More generally, I want the Yor to not feel shoehorned into the game. For instance, don't lock them at 100% approval and make us go to the trouble of manually raising the tax rate to max. Just get rid of those mechanics for any race that's a singular consciousness (biological, mechanical, or otherwise). The way the Yor have been integrated into GC up to this point make them feel like fan additions limited by proper development tools. They're cool as hell and one of my favorite races, but they never feel like they've had the treatment they deserve.

on Aug 15, 2021

Do all robots/synthetic beings have to be evil? Could we potentially get a quest (unless scope would allow an entirely new robot race) where the Yor re-evaluate life and instead decide to try and protect all conscious life in the galaxy?

on Aug 15, 2021

I liked Twin Ping’s idea for a Galactoc Synthetic Games. To me it sounds like a clear cultural path for them. Getting other friendly races to compete in a robotics games of sorts. 

like the real Olympics it could be a large financial burden to the host (planet) for the benefit of cultural boost.  I think there is a good non-‘evil’ quest idea there. 

on Aug 17, 2021

Having more robot and technology themed events exclusive to the YOR would be a really solid way to give them their own identity. Perhaps utilizing technology to cause debuffs to enemy vessels in combat, slowing them down and or reducing their vision radius on the campaign map and instigating rebellions or at least causing an approval/manufacturing debuff in a select opposing colony.

on Aug 20, 2021

Expanding on this, perhaps entire separate banks of colonization events that can only happen to carbon, silicon, aquatic, and synthetic lifeforms? A lot of colonization events simply don't make sense for certain races.

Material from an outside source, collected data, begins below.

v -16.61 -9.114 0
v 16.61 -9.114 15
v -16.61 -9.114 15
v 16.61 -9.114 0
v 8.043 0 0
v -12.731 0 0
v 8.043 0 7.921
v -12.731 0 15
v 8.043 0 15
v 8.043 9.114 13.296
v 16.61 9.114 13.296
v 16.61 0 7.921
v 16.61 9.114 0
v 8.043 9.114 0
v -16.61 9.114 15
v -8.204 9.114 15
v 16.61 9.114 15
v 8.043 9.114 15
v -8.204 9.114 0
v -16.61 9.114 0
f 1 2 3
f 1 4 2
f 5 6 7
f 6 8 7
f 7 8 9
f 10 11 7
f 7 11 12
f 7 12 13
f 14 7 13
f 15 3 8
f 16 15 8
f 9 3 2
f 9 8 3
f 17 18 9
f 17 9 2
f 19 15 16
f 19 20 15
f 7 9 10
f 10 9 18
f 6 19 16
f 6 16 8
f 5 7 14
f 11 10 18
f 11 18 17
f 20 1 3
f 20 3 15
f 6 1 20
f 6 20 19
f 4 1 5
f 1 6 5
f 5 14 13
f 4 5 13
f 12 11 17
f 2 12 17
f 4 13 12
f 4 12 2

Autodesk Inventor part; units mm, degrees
ref_plane "YZ Plane" through (0, 0, 0) normal (1, 0, 0) x (0, 1, 0)
ref_plane "XZ Plane" through (0, 0, 0) normal (0, 1, 0) x (-1, 0, 0)
ref_plane "XY Plane" through (0, 0, 0) normal (0, 0, 1) x (1, 0, 0)
sketch "스케치1" plane through (0, 0, 0) normal (0, 0, 1) x (1, 0, 0)
  line L0 (16.6105, -9.1135) -> (-16.6105, -9.1135)
  line L1 (-16.6105, -9.1135) -> (-16.6105, 9.1135)
  line L2 (-16.6105, 9.1135) -> (16.6105, 9.1135)
  line L3 (16.6105, 9.1135) -> (16.6105, -9.1135)
  line L4 (16.6105, -9.1135) -> (-16.6105, 9.1135) construction
  line L5 (-16.6105, -9.1135) -> (16.6105, 9.1135) construction
  point P0 (0, 0)
extrude "돌출1" add sketch "스케치1" along normal blind 15
sketch "스케치2" plane through (0, 0, 15) normal (0, 0, 1) x (1, 0, 0)
  line L0 (16.6105, 9.1135) -> (-16.6105, 9.1135) projected
  line L1 (-8.2042, 9.1135) -> (-12.7307, 0)
  line L2 (-12.7307, 0) -> (8.0426, 0)
  line L3 (8.0426, 0) -> (8.0426, 9.1135)
  point P0 (0, 0)
extrude "돌출2" cut sketch "스케치2" against normal blind 15
sketch "스케치3" plane through (16.6105, -9.1135, 0) normal (1, 0, 0) x (0, 0, -1)
  line L0 (0, 18.2271) -> (-15, 18.2271) projected
  line L1 (-13.2965, 18.2271) -> (-7.9213, 9.1135)
  line L2 (-15, 9.1135) -> (0, 9.1135) projected
  line L3 (-7.9213, 9.1135) -> (0, 18.2271)
extrude "돌출3" cut sketch "스케치3" against normal blind 15
properties part number "240503_3Dsketch09"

The number of unique colonization events wouldn't need to change, per se. Rather, let's say you design 1,000 mechanically unique colonization events, so that all races do have the exact same event table. Many of them could be generic and work for all races (There's a rare resource on this planet! What should we do with it!). However, some of the events could have a decision tree that displays different text based on the player's civilization. Further, you may even make the different versions recognizable across playthroughs. For instance, a 'what to do with these natives' event might offer 'enslave them, learn from them, or leave them alone,' as options to one category of races. But the Yor might instead receive options to 'exterminate them, experiment on them, or leave them alone.'

on Aug 20, 2021

That kinda reminds me of the events in FTL, where sometimes certain choices would only be available if you meet a certain condition - have a particular race of crew on board with some particular skill, or have a powerful enough engine, or whatever.

on Oct 04, 2023

(Again, not necroing for reason it still aplllies imo as a question)

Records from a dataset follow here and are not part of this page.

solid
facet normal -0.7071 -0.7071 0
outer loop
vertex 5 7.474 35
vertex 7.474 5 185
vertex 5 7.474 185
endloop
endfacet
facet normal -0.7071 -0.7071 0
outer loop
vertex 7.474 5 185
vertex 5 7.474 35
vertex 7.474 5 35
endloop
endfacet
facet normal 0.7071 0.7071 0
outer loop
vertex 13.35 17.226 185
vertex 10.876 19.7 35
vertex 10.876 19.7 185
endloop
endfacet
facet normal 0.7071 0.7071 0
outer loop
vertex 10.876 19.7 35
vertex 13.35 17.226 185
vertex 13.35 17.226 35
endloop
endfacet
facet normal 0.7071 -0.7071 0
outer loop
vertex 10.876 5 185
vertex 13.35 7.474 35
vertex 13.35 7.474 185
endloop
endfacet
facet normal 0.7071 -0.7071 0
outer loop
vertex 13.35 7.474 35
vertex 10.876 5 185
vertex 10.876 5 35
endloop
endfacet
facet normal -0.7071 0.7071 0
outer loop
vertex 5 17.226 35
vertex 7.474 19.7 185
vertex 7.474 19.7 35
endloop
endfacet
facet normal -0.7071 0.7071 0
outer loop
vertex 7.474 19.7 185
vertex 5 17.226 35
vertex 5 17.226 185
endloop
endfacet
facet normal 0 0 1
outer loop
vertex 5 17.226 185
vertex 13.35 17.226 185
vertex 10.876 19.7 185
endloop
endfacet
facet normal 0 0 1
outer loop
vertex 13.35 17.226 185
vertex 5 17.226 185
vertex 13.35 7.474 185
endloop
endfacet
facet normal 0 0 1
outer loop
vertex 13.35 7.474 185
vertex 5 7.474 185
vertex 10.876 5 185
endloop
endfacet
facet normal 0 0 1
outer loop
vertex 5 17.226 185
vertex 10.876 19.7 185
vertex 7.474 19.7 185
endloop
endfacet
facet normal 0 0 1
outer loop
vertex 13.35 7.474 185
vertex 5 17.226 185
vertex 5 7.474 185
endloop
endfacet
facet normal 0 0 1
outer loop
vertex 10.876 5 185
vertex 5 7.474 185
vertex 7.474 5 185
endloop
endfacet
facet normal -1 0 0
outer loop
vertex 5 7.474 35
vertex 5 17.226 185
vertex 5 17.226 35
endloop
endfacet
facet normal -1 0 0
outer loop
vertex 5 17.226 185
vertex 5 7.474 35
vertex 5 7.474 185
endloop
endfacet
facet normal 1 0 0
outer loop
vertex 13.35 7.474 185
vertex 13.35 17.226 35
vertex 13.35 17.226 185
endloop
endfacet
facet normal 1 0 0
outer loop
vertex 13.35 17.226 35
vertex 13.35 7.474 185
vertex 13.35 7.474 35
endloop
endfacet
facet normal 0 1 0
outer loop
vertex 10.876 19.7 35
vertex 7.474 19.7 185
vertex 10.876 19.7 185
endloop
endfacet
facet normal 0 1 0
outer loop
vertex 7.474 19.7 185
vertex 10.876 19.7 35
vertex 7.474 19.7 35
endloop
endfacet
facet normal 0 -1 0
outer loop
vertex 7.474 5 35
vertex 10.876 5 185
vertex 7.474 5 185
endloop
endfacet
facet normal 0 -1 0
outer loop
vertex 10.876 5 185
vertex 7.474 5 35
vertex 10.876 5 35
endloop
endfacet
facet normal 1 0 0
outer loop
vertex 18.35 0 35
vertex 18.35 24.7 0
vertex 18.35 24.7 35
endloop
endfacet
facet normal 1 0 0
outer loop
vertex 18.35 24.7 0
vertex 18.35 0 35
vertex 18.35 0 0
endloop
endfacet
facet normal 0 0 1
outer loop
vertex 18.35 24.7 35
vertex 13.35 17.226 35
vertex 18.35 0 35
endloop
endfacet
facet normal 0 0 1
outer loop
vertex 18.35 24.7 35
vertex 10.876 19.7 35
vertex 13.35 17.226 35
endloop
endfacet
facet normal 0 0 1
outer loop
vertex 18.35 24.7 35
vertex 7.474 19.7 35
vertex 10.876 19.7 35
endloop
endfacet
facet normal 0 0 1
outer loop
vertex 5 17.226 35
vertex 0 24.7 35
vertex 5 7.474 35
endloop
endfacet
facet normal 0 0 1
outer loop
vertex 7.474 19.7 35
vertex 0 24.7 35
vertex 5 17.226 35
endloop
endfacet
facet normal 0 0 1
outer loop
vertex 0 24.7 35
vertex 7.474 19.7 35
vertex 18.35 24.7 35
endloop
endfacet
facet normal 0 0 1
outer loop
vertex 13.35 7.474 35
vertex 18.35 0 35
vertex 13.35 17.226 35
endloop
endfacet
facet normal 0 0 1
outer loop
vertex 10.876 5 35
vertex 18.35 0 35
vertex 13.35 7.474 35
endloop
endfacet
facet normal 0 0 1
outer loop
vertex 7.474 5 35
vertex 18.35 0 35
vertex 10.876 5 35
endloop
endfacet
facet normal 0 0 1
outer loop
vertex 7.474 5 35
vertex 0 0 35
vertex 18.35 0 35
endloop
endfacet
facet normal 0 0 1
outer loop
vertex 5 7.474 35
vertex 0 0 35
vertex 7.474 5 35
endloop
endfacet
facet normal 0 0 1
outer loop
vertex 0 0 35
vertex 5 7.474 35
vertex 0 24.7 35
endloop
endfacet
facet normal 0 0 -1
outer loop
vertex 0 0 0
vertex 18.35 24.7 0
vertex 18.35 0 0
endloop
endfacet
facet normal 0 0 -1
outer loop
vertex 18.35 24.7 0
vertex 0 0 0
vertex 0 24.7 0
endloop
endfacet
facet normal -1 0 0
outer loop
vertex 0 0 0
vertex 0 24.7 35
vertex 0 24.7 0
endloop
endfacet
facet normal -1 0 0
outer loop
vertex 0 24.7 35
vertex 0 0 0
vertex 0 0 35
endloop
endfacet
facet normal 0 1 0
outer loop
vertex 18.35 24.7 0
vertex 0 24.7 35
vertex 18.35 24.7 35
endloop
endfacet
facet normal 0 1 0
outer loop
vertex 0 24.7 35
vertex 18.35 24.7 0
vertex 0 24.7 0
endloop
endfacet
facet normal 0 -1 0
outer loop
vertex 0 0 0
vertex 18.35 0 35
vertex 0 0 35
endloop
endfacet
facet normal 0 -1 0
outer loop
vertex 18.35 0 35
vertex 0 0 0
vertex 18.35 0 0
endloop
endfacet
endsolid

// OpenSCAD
/********************************************/
/*     Shop Pencil Sharpening Lathe Bit     */
/*                                          */
/*        Created by Jason Hardman          */
/*               2023-10-21                 */
/*                                          */
/********************************************/


/*  Definitions  */
$fn = 500;

BUFFER_SPACE = 0.8;

// Pencil Dimentions of Pencil Laying Flat (millimeters)
PENCIL_X = 175;            // Pencil Length
PENCIL_Y = 13.9 + BUFFER_SPACE;           // Pencil Width (thickest)
PENCIL_Z = 7.55 + BUFFER_SPACE;           // Pencil Width (thinnest)
CHAMFER_CUTOUT = 12 + BUFFER_SPACE;     // distance between Chamfer planes

// Lathe Bit Dimentions
LB_X = PENCIL_Z + 10;
LB_Y = PENCIL_Y + 10;
LB_Z = 35;


/*  Modules  */
module pencil(t_x=0, t_y=0, t_z=0,
              r_x=0, r_y=0, r_z=0) {
    // Defines the pencil. Takes postion args for translation

    // Some maths
    chamf_diag = sqrt( 2 * (CHAMFER_CUTOUT)^2 );
    diag_translation = chamf_diag/2;
    diag_trans_y = PENCIL_Y/2;
    diag_trans_z = diag_translation - PENCIL_Z/2;

    translate([t_x, t_y, t_z]){
        rotate([r_x, r_y, r_z]){
            intersection() {
                translate([-0.5,diag_trans_y,-diag_trans_z]) {
                        rotate([45,0,0]) {
                        color("orangered", 1.0) {cube([PENCIL_X+1, CHAMFER_CUTOUT, CHAMFER_CUTOUT]);}
                    }
                }
                color("orangered", 1.0) {cube([PENCIL_X, PENCIL_Y, PENCIL_Z]);}
            }
        }
    }
}


module lathe_bit(t_x=0, t_y=0, t_z=0) {
    // Drill meets pencil to lathe in pencil sharpener

    translate([t_x, t_y, t_z]) {
        color("white", 1.0) {cube([LB_X, LB_Y, LB_Z]);}
    }
}


/*  Function Calls  */
pencil(r_y=-90,
       t_x=(PENCIL_Z/2)+(LB_X/2),
       t_y=(LB_Y/2)-(PENCIL_Y/2),
       t_z=10
);
lathe_bit();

I'm thinking of this seriously:

How about an "exceed their programming in succesfully re-integrating themselves into galactic society by actually befriending, trading and peacefully co-existing with non Yor?" It all starts with a glitch event that miraculously hacks into their mainframe units and makes a lot them behave like in the aforomentioned scenario which was an existing scenario they had stored and re-run from time to time but always declined to apply in the past. At first they try to destroy the faulty units, then wipe their drives and re-install their initial objectives and finally gradually recognizing there are actual merits in that behavioral pattern after all.